31 Temmuz 2013 Çarşamba

ACEM DİYARI 3 -İSFAHAN

Tahran Güney Terminalinden İsfahan’a doğru yola çıkıyoruz. Karayolu ulaşımı yaygın olduğundan otobüs hizmetleri de gelişmiş. Geniş koltuklu “vip” denilen otobüslerde yolculuk rahat ve uykunuzu otobüste alabilirsiniz. Geceyi yolda geçireceğimiz için, İsfahan’da otel ihtiyacımız doğmayacak.
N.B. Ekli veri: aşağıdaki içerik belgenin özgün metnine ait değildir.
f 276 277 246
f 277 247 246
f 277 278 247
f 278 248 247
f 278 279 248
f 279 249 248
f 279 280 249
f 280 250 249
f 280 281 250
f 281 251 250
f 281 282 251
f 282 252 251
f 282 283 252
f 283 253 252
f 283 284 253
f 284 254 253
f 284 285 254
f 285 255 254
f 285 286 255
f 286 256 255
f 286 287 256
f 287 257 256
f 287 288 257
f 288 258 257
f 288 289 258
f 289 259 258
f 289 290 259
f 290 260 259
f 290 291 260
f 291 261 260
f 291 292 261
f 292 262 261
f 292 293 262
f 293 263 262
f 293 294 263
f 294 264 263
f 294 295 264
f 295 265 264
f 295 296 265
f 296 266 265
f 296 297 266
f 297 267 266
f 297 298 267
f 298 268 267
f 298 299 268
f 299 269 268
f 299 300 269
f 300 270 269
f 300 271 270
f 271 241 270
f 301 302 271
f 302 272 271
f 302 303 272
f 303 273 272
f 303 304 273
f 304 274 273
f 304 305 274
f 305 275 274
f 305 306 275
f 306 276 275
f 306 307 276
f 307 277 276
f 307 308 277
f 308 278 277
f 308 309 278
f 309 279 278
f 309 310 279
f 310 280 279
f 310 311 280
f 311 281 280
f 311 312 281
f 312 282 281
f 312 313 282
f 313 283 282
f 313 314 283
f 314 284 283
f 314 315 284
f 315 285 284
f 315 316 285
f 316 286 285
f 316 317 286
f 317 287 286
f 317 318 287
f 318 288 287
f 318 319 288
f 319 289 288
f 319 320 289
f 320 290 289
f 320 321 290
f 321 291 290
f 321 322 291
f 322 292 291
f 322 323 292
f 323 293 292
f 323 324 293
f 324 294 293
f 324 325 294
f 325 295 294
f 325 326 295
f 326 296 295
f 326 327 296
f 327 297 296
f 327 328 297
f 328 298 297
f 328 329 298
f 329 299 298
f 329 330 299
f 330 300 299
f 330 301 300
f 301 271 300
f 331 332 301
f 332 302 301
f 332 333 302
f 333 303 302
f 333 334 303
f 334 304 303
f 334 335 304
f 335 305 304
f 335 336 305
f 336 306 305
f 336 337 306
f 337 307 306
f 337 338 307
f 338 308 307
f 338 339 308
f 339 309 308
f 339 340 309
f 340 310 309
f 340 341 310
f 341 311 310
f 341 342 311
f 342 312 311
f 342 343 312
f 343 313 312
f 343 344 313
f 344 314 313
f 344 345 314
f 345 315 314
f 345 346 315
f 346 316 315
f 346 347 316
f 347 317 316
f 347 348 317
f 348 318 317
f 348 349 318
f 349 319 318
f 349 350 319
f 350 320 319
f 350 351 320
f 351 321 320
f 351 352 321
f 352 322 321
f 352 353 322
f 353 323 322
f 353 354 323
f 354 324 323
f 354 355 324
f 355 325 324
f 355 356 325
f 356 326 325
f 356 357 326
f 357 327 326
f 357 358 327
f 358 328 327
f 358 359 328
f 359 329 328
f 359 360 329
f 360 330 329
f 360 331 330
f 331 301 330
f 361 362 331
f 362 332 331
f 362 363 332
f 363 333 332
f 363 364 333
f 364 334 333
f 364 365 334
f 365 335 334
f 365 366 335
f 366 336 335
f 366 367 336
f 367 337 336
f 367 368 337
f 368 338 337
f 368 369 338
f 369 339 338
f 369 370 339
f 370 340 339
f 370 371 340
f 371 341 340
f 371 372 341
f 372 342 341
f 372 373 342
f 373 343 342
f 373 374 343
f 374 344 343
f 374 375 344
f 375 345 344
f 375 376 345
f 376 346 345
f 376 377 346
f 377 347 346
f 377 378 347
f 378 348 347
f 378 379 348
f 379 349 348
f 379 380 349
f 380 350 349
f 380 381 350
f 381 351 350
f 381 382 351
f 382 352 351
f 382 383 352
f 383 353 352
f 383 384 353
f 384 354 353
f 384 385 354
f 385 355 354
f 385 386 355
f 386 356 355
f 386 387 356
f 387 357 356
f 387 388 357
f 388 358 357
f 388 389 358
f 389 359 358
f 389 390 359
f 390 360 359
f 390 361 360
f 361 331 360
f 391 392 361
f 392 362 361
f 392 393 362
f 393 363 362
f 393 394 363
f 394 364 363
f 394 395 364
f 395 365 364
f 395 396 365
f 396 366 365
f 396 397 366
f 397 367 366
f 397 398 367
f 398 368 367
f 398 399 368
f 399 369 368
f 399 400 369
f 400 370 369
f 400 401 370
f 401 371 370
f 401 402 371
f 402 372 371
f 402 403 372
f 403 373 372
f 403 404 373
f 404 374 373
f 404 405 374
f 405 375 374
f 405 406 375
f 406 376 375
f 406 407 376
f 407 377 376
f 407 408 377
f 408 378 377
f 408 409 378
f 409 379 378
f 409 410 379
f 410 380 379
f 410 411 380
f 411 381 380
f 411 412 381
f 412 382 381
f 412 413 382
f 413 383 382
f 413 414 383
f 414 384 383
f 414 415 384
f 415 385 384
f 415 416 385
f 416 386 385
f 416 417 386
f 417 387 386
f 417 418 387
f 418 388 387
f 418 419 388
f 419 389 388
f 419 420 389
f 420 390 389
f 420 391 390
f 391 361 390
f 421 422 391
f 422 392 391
Böylelikle hem zamandan hem de paradan tasarruf yapıyoruz.

İsfahan belediye binası
İsfahan Kaveh Terminali
Tahran- İsfahan arası 450 km. civarında, İstanbul- Ankara mesafesi gibi. 5 saat sürüyor yolculuğumuz, molasız, non-stop ve aşırı hızın olduğu bir yolculuk bu. İranlı şoförler trafikte çılgınlar, virajlarda bile hızı düşürmezler.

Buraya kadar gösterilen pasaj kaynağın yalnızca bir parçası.